Repeat exactly, and only, the lines below starting at the line that contains "v5 (2.9268,64.2869,8)" and ending at the line that contains "e18 v15 v13 LINE", inclusive of both.

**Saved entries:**

_____

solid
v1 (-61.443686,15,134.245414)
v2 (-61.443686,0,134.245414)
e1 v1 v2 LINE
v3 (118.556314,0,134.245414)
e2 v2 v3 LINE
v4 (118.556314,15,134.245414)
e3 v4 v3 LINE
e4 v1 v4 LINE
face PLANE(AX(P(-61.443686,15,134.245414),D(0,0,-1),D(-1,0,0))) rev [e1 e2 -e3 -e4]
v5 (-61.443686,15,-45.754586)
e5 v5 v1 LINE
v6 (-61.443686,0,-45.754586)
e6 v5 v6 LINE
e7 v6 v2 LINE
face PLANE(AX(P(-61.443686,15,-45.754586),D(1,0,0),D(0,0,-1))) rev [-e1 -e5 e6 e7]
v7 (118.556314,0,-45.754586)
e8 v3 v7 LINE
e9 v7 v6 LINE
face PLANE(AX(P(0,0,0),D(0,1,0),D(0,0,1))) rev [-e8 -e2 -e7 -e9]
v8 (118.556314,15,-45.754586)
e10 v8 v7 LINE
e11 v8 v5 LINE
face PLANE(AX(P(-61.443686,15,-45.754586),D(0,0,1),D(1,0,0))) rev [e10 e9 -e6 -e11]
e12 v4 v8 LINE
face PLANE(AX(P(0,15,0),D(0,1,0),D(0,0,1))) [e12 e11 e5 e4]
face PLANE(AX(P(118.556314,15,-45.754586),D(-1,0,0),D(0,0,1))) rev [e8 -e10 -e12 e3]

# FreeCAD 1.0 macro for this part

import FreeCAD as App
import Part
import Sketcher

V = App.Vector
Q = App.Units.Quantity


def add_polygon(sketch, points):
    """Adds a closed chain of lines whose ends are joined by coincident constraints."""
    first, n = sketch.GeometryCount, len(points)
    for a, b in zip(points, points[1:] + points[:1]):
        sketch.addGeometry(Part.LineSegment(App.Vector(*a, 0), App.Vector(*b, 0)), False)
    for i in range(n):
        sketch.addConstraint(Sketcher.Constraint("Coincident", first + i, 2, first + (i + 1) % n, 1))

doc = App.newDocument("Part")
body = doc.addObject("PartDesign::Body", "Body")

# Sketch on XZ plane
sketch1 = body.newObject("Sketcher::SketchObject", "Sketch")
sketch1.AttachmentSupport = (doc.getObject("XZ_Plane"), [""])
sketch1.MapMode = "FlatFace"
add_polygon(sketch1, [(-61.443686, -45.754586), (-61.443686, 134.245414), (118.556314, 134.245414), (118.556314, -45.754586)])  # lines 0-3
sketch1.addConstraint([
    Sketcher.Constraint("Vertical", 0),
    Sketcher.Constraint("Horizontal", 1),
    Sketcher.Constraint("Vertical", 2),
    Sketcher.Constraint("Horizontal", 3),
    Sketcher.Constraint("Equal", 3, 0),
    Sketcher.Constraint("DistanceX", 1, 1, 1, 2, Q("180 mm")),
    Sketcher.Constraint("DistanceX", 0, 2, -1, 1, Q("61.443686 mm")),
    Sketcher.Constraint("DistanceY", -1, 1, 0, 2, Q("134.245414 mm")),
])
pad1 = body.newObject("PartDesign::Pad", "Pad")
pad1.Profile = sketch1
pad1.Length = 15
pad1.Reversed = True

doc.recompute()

_____

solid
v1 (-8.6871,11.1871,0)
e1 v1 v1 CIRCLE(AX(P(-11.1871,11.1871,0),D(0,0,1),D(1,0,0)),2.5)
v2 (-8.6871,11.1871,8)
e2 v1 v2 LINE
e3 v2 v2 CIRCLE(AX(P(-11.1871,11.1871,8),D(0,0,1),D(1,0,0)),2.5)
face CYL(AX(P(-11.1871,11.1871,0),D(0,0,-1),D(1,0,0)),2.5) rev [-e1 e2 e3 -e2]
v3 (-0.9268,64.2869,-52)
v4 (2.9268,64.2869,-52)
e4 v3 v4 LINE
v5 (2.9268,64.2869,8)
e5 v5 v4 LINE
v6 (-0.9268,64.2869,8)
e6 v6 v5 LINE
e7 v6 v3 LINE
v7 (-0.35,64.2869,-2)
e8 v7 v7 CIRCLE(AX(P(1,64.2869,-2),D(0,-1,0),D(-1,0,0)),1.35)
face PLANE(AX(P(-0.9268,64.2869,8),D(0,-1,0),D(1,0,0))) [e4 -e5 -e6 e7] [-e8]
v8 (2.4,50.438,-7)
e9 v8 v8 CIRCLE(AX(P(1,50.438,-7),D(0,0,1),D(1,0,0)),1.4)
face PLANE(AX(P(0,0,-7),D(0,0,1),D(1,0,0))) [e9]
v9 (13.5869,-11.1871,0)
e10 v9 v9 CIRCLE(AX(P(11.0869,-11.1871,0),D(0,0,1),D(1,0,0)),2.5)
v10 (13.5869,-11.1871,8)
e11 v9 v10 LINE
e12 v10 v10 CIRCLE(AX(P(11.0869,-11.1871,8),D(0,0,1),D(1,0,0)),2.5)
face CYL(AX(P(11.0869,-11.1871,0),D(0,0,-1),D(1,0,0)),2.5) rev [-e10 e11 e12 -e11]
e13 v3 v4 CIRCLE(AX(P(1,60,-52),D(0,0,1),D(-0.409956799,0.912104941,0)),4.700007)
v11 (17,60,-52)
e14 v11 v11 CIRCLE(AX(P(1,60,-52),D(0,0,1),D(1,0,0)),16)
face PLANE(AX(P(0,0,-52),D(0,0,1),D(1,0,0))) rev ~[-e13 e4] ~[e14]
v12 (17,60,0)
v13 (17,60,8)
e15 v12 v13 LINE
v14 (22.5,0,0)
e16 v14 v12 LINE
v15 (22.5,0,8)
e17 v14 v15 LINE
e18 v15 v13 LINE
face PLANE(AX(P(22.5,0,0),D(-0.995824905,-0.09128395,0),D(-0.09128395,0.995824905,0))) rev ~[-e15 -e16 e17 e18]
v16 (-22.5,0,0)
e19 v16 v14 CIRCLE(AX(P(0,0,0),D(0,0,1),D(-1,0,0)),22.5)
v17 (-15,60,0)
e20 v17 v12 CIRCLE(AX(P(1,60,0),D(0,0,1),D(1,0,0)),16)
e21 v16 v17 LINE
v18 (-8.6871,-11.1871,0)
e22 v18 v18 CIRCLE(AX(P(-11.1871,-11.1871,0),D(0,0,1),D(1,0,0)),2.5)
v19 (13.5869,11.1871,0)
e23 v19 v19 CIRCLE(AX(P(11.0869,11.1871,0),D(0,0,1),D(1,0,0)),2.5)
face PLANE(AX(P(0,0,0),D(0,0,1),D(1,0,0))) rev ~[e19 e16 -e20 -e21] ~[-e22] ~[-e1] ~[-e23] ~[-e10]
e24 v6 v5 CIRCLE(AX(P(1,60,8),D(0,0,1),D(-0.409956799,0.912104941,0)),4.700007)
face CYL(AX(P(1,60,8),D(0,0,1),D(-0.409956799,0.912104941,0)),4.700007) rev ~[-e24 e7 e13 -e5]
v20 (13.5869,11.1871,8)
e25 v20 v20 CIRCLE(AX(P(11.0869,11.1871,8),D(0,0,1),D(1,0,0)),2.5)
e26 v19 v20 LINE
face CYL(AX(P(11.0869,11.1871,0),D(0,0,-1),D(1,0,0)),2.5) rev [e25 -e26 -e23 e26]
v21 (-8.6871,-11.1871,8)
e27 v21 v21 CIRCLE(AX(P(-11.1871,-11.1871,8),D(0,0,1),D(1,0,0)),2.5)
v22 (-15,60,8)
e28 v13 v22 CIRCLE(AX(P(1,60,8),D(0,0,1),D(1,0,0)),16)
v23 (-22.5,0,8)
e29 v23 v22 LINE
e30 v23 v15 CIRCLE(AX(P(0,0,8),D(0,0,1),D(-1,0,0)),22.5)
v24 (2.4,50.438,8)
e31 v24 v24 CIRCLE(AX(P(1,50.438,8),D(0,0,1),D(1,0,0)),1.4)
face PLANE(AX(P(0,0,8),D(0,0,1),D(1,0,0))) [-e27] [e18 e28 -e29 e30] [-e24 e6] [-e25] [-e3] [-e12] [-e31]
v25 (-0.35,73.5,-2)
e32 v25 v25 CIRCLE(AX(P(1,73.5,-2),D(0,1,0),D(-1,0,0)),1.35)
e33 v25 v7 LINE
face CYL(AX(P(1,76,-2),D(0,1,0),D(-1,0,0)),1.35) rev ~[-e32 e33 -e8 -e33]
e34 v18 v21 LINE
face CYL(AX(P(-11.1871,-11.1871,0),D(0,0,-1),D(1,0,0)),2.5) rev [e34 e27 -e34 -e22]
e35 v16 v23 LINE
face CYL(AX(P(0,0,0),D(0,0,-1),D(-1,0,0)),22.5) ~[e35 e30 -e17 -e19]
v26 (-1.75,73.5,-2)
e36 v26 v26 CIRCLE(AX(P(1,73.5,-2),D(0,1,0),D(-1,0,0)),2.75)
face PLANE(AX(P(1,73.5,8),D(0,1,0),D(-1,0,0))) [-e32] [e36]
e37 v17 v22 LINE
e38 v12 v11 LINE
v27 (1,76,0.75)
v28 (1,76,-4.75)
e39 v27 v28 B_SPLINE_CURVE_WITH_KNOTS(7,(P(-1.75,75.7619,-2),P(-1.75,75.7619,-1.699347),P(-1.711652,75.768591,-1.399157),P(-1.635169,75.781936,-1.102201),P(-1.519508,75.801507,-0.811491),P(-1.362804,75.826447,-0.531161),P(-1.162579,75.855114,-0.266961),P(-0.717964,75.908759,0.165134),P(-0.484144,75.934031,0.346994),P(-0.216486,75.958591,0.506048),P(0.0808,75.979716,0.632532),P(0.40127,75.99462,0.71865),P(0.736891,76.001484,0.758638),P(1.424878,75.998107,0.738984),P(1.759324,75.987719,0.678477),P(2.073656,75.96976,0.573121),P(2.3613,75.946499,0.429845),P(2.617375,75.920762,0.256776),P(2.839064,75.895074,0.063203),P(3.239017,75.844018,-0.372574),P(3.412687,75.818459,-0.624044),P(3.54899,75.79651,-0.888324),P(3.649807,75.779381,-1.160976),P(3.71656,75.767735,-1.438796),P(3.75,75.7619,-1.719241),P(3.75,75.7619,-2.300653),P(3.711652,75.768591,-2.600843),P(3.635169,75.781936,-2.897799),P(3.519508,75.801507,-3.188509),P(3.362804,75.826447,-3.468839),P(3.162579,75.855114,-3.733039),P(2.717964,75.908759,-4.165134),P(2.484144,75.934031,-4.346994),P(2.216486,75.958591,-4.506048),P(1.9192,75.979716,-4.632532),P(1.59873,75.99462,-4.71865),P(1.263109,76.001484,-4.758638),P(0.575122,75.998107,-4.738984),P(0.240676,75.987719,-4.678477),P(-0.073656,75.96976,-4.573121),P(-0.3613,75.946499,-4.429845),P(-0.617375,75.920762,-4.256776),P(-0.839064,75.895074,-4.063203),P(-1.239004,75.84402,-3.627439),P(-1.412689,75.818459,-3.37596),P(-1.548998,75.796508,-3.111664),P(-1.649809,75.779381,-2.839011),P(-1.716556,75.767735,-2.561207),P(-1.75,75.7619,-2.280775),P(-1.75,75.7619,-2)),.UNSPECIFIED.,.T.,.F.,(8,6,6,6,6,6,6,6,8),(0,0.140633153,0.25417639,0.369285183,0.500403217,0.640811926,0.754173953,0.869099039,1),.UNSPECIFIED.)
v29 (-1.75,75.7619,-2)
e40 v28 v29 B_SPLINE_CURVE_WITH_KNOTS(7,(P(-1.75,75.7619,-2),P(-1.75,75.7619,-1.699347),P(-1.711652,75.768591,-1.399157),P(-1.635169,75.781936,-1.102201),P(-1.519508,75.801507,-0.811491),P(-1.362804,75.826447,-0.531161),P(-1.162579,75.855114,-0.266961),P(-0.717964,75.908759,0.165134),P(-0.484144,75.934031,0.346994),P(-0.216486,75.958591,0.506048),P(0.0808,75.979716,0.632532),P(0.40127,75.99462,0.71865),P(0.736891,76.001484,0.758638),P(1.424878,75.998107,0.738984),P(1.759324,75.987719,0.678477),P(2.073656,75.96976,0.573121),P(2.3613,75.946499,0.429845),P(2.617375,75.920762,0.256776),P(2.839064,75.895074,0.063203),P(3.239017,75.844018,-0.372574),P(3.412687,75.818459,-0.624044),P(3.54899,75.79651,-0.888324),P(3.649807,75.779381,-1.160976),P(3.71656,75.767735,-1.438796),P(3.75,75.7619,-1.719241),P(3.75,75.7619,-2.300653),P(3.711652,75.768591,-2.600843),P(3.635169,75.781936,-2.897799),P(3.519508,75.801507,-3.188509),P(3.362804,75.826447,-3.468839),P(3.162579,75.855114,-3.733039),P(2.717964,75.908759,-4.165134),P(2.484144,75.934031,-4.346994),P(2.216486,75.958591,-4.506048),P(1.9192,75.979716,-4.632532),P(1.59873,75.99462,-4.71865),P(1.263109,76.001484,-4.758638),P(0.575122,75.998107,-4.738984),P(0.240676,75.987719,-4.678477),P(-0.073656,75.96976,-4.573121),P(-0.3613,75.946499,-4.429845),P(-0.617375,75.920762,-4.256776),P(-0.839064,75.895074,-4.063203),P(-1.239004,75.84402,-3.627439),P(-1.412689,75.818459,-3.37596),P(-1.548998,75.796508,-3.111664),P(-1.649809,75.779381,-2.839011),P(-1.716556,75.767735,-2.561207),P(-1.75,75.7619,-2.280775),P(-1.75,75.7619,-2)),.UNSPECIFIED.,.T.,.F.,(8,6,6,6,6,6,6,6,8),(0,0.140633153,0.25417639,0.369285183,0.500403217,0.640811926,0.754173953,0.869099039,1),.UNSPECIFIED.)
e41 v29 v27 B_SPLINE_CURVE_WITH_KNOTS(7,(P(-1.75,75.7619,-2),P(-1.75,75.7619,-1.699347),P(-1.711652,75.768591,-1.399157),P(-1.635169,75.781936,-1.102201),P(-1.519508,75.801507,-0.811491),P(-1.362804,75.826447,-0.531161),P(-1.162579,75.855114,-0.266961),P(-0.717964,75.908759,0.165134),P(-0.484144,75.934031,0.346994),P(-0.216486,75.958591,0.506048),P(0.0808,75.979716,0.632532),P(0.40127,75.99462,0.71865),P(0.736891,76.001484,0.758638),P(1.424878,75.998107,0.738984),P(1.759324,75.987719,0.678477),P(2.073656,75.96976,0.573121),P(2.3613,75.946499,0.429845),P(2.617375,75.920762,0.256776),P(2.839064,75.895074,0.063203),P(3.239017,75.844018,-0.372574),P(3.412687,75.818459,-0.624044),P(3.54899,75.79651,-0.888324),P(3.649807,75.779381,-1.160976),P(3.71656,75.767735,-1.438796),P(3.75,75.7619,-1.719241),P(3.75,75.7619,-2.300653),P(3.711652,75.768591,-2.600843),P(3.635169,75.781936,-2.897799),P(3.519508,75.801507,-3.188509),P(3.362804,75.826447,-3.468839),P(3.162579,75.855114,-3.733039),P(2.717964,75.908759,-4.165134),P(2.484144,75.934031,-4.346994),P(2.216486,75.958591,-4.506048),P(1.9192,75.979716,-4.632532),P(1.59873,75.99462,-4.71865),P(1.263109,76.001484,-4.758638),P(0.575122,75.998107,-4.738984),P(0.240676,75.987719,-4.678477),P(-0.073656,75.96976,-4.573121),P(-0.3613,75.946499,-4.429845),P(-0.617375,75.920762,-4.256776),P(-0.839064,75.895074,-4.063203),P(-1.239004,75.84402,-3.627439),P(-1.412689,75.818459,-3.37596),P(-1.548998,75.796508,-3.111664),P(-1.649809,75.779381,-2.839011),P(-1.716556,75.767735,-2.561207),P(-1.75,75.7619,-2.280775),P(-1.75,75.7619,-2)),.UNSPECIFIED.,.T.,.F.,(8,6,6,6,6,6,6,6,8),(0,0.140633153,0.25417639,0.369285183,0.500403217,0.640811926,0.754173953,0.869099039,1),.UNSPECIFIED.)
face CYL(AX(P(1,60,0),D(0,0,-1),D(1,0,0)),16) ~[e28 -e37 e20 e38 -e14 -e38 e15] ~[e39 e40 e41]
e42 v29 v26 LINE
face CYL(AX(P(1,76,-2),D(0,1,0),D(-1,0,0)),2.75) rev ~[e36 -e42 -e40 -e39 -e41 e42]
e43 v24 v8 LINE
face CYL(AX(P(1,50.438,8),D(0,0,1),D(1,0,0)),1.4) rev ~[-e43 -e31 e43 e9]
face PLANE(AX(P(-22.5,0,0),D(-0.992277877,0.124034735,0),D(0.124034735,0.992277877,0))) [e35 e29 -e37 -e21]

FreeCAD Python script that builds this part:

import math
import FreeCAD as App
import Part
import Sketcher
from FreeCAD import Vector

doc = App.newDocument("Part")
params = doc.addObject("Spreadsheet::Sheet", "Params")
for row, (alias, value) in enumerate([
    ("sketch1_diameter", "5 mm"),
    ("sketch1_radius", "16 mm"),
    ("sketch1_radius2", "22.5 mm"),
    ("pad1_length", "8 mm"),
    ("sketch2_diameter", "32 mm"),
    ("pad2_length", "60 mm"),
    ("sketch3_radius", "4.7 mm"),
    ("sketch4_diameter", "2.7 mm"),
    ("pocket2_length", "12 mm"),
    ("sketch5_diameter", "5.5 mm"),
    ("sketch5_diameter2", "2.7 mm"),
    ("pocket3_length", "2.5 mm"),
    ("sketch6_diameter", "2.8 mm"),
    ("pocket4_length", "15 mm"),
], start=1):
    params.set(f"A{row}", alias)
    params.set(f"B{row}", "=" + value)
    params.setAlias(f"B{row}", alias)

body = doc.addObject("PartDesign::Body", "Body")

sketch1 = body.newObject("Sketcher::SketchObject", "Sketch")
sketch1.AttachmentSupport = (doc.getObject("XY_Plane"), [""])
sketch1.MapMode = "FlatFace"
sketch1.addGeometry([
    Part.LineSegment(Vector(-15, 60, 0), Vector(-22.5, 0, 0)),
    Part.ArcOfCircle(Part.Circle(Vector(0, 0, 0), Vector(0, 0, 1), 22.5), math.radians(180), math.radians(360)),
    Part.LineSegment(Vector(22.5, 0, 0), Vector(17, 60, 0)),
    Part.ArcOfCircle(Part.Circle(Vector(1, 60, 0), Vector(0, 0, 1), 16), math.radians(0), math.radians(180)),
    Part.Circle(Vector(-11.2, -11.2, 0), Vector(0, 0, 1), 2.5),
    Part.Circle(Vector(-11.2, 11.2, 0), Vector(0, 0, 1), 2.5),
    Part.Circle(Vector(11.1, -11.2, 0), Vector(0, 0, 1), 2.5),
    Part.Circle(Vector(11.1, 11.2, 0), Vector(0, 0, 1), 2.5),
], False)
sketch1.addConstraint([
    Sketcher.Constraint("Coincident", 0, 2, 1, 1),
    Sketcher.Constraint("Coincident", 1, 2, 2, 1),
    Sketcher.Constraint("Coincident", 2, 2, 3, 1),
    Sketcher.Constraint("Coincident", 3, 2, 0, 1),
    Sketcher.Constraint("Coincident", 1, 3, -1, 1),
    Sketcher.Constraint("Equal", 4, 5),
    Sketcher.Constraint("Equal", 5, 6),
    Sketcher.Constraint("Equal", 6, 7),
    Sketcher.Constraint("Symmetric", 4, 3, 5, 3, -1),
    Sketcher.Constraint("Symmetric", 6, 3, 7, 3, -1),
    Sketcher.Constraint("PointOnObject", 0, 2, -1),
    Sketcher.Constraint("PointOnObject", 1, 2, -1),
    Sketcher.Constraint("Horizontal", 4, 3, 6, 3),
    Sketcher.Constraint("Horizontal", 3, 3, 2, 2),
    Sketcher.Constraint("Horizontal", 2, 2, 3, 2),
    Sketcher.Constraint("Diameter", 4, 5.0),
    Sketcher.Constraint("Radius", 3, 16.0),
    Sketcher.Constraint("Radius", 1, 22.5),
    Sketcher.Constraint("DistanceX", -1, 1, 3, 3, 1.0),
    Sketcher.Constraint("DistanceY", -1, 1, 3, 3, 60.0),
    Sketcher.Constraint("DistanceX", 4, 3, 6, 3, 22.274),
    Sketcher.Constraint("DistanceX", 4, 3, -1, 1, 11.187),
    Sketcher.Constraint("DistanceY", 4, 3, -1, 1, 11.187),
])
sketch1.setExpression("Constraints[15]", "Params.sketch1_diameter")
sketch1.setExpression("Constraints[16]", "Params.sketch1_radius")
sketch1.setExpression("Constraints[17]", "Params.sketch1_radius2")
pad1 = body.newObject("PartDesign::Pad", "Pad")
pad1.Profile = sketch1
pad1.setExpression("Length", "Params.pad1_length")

_____

**Solution for this exercise:**
v5 (2.9268,64.2869,8)
e5 v5 v4 LINE
v6 (-0.9268,64.2869,8)
e6 v6 v5 LINE
e7 v6 v3 LINE
v7 (-0.35,64.2869,-2)
e8 v7 v7 CIRCLE(AX(P(1,64.2869,-2),D(0,-1,0),D(-1,0,0)),1.35)
face PLANE(AX(P(-0.9268,64.2869,8),D(0,-1,0),D(1,0,0))) [e4 -e5 -e6 e7] [-e8]
v8 (2.4,50.438,-7)
e9 v8 v8 CIRCLE(AX(P(1,50.438,-7),D(0,0,1),D(1,0,0)),1.4)
face PLANE(AX(P(0,0,-7),D(0,0,1),D(1,0,0))) [e9]
v9 (13.5869,-11.1871,0)
e10 v9 v9 CIRCLE(AX(P(11.0869,-11.1871,0),D(0,0,1),D(1,0,0)),2.5)
v10 (13.5869,-11.1871,8)
e11 v9 v10 LINE
e12 v10 v10 CIRCLE(AX(P(11.0869,-11.1871,8),D(0,0,1),D(1,0,0)),2.5)
face CYL(AX(P(11.0869,-11.1871,0),D(0,0,-1),D(1,0,0)),2.5) rev [-e10 e11 e12 -e11]
e13 v3 v4 CIRCLE(AX(P(1,60,-52),D(0,0,1),D(-0.409956799,0.912104941,0)),4.700007)
v11 (17,60,-52)
e14 v11 v11 CIRCLE(AX(P(1,60,-52),D(0,0,1),D(1,0,0)),16)
face PLANE(AX(P(0,0,-52),D(0,0,1),D(1,0,0))) rev ~[-e13 e4] ~[e14]
v12 (17,60,0)
v13 (17,60,8)
e15 v12 v13 LINE
v14 (22.5,0,0)
e16 v14 v12 LINE
v15 (22.5,0,8)
e17 v14 v15 LINE
e18 v15 v13 LINE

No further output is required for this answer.